“At the gun Jesse Owens was away to a good start, and by the first thirty metres he was powering fluently into a clear lead. In the seat next to me the matron was on her feet again. She had been wrong, I thought, to describe Owens as a gazelle. Watching the tall, graceful negro accelerate down the track, making a mockery of crackpot theories of Aryan superiority, I thought that Owens was nothing so much as a Man, for whom other men were simply a painful embarrassment. To run like that was the meaning of the earth, and if ever there was a master-race, it was certainly not going to exclude someone like Jesse Owens. His victory drew a tremendous cheer from the German crowd, and I found it comforting that the only race they were shouting about was the one they had just seen. Perhaps, I thought, Germany did not want to go to war after all. I looked towards that part of the stadium that was reserved for Hitler and other senior party officials, to see if they were present to witness the depth of popular sentiment being demonstrated on behalf of the black American. But of the leaders of the Third Reich there was no still sign.”—British mystery novelist Philip Kerr (1956-2018), March Violets (1989)
I am not the type of person to sit in front of a TV
for a fortnight to watch the Olympics. But there are evidently enough such
people to lead host countries to consider it a golden marketing opportunity to
showcase their sites to potential tourists worldwide.
You can almost see, for instance, French officials wide-eyed at the possibility of holding the opening ceremonies at this year’s Olympics on the Seine River.
Who needs a clunky ol’ stadium when you could have the traditional parade of athletes this time on boats sailing on the “lifeblood of Paris”—all surely presaging throngs booking flights with romantic cruises in mind?

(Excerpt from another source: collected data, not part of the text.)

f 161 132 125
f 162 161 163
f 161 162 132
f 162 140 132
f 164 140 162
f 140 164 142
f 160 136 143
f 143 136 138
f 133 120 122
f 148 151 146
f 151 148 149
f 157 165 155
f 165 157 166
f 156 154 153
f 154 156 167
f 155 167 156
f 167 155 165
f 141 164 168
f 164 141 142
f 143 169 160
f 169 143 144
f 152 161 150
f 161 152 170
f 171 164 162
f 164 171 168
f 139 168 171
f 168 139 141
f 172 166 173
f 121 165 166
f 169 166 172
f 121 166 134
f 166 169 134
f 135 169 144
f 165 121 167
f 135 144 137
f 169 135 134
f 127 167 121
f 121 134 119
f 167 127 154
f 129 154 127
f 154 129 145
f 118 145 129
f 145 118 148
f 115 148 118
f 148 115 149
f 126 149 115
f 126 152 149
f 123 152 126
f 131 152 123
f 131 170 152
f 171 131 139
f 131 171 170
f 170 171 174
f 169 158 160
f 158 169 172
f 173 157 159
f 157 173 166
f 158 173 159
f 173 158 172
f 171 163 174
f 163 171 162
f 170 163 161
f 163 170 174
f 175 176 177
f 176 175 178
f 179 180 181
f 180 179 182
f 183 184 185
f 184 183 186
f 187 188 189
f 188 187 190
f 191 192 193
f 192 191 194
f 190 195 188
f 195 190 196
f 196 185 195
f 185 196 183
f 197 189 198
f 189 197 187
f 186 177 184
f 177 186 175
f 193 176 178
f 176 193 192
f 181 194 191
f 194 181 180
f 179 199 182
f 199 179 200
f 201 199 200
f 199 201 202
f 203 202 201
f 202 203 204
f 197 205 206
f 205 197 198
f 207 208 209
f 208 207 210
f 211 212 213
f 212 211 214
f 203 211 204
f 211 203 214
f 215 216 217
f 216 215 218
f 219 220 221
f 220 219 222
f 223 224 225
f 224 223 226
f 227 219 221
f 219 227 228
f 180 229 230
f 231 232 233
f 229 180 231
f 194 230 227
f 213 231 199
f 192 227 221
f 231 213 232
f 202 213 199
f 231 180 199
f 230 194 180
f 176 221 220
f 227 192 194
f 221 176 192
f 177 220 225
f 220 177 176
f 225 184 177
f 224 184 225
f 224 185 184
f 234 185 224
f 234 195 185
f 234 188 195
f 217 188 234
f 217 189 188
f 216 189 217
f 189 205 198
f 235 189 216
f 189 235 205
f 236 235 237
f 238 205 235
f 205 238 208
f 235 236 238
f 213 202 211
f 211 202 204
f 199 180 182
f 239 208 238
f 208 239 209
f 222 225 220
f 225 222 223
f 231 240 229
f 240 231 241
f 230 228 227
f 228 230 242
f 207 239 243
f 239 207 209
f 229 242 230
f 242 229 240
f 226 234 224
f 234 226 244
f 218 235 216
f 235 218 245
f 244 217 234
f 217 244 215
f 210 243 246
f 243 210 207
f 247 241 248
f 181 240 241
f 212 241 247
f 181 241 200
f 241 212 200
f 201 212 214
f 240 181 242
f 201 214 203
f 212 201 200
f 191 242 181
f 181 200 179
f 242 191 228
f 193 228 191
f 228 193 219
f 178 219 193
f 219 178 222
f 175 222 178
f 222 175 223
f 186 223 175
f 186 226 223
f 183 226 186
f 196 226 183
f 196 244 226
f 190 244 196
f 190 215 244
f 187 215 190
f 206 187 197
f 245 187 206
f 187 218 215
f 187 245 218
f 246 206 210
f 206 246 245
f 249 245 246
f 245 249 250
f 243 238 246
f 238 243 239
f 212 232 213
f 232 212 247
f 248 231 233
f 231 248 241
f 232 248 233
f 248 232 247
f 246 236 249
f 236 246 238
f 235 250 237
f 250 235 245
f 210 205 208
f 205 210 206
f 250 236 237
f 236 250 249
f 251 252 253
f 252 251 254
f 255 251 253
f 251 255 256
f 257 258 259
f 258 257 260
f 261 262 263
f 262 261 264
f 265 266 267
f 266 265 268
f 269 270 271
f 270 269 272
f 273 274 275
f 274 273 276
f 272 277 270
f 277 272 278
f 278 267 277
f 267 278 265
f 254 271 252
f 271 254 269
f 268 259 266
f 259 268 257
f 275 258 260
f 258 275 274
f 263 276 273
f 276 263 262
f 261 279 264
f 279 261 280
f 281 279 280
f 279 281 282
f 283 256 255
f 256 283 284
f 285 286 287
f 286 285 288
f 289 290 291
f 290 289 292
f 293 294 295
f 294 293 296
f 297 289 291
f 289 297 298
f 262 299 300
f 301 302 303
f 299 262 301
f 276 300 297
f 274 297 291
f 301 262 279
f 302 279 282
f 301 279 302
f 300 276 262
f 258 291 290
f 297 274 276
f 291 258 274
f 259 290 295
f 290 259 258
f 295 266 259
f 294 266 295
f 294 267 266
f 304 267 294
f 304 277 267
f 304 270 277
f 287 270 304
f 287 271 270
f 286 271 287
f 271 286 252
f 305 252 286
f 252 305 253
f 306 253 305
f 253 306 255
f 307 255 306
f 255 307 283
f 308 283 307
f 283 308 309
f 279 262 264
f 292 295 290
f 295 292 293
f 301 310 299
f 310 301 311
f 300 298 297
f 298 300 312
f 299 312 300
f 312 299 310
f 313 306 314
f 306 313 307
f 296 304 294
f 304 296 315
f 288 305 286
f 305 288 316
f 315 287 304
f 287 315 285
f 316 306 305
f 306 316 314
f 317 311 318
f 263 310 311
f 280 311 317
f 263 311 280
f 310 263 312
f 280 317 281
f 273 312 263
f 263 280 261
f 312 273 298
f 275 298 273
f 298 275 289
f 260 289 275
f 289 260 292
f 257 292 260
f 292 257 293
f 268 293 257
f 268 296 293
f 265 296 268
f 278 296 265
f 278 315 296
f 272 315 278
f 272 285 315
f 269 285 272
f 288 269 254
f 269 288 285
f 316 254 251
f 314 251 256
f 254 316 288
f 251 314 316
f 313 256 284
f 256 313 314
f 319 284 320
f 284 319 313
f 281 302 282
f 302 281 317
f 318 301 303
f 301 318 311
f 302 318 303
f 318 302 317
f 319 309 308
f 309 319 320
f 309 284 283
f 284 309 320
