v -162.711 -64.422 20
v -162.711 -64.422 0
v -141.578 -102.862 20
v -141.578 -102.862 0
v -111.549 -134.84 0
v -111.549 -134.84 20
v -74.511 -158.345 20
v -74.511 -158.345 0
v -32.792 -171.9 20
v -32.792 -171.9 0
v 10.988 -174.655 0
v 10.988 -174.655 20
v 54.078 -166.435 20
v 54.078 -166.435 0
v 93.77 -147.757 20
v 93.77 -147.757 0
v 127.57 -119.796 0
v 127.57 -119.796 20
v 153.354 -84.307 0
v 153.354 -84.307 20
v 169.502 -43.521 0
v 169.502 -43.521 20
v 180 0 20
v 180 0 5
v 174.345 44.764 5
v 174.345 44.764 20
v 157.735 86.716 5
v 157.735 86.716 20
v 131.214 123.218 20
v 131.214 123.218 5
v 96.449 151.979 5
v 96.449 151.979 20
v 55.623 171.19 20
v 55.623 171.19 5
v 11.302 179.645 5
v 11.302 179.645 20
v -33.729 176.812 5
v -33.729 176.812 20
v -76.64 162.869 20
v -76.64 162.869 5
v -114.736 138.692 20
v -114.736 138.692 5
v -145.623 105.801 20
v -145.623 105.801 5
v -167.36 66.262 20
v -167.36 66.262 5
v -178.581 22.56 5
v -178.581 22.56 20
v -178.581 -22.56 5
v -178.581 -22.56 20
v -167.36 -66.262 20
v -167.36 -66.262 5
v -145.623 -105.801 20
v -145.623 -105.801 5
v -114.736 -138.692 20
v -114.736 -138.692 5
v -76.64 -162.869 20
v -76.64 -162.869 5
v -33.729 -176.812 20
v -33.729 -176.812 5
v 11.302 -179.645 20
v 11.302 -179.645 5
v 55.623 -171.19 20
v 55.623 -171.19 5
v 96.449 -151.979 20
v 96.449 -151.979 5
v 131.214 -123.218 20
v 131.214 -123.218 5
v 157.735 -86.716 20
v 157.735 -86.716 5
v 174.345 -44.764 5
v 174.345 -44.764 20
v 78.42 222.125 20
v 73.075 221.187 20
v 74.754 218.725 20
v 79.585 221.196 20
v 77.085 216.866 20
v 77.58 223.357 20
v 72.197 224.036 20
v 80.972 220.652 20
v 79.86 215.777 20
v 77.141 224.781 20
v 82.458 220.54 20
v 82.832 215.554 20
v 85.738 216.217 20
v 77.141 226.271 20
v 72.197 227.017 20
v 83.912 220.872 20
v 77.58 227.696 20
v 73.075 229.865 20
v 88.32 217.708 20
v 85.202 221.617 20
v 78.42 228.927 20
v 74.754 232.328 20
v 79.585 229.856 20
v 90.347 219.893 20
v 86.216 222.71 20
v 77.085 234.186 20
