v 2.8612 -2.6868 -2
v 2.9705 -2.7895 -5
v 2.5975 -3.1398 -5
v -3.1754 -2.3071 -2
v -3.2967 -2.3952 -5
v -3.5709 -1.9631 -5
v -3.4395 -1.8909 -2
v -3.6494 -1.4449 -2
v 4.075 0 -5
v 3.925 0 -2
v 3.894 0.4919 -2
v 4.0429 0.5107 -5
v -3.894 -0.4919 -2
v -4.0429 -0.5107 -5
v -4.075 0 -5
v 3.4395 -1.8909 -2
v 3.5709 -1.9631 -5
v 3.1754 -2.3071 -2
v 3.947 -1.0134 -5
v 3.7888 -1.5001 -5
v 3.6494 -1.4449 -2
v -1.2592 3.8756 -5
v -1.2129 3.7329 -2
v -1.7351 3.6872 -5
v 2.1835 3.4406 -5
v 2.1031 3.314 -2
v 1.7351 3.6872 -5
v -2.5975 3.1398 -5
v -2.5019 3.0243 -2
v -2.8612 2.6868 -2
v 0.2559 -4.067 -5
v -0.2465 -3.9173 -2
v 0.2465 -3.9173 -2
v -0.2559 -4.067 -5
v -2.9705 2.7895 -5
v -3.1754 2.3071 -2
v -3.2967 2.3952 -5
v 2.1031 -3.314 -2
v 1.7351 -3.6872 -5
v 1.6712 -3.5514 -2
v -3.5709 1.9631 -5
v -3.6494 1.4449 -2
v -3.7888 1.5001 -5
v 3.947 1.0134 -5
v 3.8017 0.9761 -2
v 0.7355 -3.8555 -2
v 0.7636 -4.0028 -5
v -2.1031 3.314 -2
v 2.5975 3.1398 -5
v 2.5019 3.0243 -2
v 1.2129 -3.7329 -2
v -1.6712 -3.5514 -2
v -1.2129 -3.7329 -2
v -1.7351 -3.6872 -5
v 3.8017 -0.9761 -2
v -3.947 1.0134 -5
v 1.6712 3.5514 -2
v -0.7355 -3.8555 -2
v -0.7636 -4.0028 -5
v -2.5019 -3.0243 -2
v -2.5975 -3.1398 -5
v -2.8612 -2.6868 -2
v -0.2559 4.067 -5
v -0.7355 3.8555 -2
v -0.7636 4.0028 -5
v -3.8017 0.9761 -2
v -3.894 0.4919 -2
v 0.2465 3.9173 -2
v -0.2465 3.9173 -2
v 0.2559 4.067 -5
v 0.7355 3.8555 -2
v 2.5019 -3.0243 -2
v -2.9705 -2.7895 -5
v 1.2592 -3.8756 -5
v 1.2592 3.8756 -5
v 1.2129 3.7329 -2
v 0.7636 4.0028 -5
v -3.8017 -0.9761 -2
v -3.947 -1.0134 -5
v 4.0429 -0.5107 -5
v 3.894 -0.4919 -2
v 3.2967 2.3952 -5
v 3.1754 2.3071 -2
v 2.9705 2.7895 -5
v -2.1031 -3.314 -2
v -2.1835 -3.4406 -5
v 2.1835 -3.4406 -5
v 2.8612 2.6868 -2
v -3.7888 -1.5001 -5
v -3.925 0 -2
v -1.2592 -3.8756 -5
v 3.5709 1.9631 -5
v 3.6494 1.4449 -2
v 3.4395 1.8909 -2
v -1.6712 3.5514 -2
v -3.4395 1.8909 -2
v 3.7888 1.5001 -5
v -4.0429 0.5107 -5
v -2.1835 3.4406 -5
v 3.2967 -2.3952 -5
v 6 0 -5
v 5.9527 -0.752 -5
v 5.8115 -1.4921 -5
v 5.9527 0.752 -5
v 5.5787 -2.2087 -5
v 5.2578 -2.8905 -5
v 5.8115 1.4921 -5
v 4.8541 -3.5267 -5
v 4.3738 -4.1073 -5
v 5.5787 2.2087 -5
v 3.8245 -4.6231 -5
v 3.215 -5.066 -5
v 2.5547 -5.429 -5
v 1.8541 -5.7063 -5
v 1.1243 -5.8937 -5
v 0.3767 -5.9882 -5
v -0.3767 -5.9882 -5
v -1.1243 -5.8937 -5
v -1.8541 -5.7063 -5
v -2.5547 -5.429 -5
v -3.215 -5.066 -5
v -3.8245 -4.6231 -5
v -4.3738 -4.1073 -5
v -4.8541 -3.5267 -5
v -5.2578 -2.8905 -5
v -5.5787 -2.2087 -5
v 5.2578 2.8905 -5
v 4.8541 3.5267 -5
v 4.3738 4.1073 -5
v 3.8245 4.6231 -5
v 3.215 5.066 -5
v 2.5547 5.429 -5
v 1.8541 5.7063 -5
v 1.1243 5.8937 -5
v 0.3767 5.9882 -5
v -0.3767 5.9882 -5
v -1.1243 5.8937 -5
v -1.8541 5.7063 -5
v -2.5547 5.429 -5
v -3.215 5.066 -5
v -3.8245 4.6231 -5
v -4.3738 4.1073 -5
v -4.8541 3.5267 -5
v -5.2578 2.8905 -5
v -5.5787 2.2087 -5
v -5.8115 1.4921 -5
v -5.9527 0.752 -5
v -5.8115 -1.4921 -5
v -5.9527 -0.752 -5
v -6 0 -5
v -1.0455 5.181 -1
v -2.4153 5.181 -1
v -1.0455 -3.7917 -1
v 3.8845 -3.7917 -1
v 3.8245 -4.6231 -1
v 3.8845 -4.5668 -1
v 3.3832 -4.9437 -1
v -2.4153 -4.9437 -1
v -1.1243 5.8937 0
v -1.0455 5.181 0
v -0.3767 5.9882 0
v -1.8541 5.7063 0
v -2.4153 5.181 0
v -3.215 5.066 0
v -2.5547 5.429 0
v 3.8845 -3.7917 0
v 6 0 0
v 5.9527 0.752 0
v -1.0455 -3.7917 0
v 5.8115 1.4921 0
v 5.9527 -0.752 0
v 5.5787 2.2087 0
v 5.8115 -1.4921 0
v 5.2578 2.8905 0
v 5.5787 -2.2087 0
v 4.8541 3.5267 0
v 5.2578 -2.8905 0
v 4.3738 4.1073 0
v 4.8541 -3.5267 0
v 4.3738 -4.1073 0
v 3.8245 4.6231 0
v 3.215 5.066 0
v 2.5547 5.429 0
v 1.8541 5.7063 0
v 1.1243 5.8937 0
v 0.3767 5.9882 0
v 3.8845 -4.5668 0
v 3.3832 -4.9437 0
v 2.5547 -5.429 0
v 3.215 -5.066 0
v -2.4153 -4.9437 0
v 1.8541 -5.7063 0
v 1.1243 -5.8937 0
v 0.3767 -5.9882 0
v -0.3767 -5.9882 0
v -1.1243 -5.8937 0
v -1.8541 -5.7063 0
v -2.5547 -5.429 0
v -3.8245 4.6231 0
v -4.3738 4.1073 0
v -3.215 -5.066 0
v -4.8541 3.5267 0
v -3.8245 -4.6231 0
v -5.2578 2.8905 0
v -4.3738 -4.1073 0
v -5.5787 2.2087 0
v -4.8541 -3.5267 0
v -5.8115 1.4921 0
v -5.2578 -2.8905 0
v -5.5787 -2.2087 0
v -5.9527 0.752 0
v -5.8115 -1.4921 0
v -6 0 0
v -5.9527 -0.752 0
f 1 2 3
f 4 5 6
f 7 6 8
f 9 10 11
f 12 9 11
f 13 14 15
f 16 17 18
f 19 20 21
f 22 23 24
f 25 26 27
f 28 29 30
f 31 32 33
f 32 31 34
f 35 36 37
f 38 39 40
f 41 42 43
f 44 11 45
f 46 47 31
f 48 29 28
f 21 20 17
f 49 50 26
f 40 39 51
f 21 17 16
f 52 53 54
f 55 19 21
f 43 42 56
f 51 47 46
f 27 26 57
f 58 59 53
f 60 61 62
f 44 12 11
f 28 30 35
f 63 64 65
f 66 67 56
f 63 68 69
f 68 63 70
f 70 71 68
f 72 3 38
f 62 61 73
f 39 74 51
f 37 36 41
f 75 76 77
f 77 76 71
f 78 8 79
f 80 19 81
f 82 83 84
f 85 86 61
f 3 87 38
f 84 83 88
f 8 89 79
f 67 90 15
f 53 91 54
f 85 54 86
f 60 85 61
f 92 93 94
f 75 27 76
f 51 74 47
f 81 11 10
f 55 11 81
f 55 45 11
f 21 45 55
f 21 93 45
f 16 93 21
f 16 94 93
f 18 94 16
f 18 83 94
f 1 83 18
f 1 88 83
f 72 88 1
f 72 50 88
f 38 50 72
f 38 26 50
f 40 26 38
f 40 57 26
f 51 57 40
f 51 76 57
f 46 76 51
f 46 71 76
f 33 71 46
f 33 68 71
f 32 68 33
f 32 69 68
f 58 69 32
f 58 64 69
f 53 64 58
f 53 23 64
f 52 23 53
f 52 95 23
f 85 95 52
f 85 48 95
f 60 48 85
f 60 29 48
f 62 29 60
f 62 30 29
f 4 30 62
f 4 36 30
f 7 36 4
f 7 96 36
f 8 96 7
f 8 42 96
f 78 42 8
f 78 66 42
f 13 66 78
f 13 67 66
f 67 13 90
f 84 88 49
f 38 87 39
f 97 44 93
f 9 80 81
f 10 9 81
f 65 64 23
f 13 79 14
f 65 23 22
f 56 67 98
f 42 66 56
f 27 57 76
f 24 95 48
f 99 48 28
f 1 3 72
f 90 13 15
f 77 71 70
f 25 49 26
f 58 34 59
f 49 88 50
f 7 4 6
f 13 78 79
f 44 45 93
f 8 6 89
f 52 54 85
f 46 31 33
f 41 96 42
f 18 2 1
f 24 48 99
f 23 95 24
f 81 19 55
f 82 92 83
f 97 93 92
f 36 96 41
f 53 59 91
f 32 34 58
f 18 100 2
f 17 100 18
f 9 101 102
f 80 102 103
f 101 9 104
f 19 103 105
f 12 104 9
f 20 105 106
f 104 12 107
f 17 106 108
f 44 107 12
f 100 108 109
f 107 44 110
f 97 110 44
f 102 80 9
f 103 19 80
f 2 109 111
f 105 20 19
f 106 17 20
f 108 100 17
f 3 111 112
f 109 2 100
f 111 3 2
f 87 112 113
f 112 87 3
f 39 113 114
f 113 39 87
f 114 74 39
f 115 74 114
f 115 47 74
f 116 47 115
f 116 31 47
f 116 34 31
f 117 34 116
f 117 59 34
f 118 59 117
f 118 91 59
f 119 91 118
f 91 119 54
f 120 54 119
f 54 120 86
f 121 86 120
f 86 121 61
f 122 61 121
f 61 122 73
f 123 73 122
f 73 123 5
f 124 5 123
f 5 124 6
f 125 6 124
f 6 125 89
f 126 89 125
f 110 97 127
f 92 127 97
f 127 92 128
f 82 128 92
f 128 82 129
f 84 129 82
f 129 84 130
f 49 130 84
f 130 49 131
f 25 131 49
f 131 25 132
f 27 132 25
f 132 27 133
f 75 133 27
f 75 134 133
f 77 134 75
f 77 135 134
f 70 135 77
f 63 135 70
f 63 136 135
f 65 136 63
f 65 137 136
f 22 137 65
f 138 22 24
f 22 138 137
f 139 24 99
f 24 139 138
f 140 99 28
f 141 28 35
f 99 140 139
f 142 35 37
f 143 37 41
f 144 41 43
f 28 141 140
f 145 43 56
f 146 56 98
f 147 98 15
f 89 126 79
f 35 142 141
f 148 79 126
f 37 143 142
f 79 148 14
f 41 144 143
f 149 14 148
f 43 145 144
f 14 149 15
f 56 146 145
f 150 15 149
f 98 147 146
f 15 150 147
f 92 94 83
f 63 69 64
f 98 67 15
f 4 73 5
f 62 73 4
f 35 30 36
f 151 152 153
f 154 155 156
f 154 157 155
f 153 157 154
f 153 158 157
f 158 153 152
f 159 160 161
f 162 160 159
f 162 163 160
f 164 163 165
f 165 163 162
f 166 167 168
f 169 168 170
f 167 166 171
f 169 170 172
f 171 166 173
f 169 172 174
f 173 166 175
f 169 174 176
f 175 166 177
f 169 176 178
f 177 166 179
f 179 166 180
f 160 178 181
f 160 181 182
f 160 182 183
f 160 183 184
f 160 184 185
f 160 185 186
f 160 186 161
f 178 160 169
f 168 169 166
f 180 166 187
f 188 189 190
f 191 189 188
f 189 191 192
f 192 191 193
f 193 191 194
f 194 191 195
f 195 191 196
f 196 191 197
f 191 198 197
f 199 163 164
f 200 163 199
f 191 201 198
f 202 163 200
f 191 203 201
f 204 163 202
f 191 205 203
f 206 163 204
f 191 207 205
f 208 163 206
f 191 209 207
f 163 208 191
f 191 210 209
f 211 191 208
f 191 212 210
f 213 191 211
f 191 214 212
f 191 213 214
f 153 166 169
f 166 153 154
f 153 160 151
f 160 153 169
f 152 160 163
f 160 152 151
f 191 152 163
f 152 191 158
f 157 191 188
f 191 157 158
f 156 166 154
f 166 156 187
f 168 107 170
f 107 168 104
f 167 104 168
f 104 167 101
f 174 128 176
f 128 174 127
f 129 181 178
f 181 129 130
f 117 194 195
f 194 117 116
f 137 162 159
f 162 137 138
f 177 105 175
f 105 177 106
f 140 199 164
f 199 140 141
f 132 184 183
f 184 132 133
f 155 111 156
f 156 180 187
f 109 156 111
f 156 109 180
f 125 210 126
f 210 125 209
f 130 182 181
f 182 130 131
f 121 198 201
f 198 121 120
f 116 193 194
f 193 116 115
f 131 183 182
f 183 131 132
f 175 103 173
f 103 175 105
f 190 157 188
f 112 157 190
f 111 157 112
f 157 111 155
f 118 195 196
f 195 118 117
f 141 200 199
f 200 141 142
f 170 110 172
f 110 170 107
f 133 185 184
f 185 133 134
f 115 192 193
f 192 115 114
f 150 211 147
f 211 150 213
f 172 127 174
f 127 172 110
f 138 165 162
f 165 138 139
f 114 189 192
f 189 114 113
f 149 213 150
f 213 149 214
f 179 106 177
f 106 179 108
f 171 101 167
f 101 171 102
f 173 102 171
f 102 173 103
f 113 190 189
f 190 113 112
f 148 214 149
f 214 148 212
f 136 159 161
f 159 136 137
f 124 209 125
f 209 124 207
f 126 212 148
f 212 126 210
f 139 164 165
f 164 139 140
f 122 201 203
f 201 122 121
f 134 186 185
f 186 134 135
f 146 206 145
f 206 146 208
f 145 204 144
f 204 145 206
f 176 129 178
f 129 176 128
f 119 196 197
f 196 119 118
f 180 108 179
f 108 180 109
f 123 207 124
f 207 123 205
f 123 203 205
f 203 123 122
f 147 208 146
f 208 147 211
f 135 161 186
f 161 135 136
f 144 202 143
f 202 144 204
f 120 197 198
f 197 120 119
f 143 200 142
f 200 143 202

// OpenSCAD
$fn = 50;

difference() {
	union() {
		translate(v = [0, 0, -5.0]) {
			cylinder(h = 5, r = 6.0);
		}
	}
	union() {
		#translate(v = [0, 0, -5.0]) {
			cylinder(h = 3, r1 = 4.075, r2 = 3.925);
		}
		translate(v = [0, 0, -1]) {
			linear_extrude(height = 1) {
				text(font = "Impact", halign = "center", size = 10, text = "L", valign = "center");
			}
		}
	}
}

The preparation to make this all happen—the necessity
to make the high cost of hosting the games pay off without the slightest
blemish—is enormous. It’s especially so if you consider the event not just a
marketing opportunity but a potential propaganda bonanza, as Nazi Germany did
in the summer of 1936.
It started with the construction of a spanking-new
stadium and state-of-the-art village for housing the athletes, with Leni Riefenstahl
directing (in a production overseen by Joseph Goebbels’ propaganda ministry) the
documentary Olympia.
But, as Philip Kerr makes clear periodically in his marvelous
detective novel set during this period, March Violets, cleaning up Berlin’s
omnipresent signs of intolerance extended to taking down display cases for the notoriously
anti-Semitic journal Der Stermer.
“It’s for the Olympiad,” a couple of workers tell Kerr’s
German stand-in for Philip Marlowe, Bernie Gunther. “We’re ordered to take them
all down so as not to shock the foreign visitors who will be coming to Berlin
to see the Games.”
Even books normally censored by the regime, Gunther
learns later, are allowed to appear in shops for the duration of the Olympics.
The campaign to showcase the Aryan “master race” didn’t
work out quite as the Nazis planned. German
athletes came away with the most medals of any country, but that wasn’t enough
for Goebbels. He grumbled in his diary after
the second day of competition, about the electrifying performance of African-American
runner Jesse Owens:
"We Germans won a gold medal, the Americans
three, of which two were Negroes. That is a disgrace. White people should be
ashamed of themselves."
Overall, though, the games succeeded in whitewashing Hitler’s
totalitarian regime. Most visitors saw no confirmation of the various reports
they’d read in newspapers or heard on the radio about mistreatment of Jews.
Increasingly, 21st-century authoritarian
regimes like Russia and China hope that hosting the Olympics will scrub their
image clean as thoroughly as the Berlin games. As Victor Matheson and Andrew
Zimbalist note in this April 2021 article for the Georgetown Journal of
International Affairs, voters in a number of Western democracies, given
the choice in referendums, are rebelling at the “spiraling costs and…financial
risks that the Olympics place on host cities.”
Russia’s Vladimir Putin had no such compunctions about holding the events in Sochi in 2014, nor did China’s Xi Jinping with Beijing two years ago.
It’s citizens of those countries who have had to swallow in
silence the systematic harassment, disappearances, and deportations of anyone
daring to question what it takes to make ugly authoritarian look
picture-perfect for a world audience.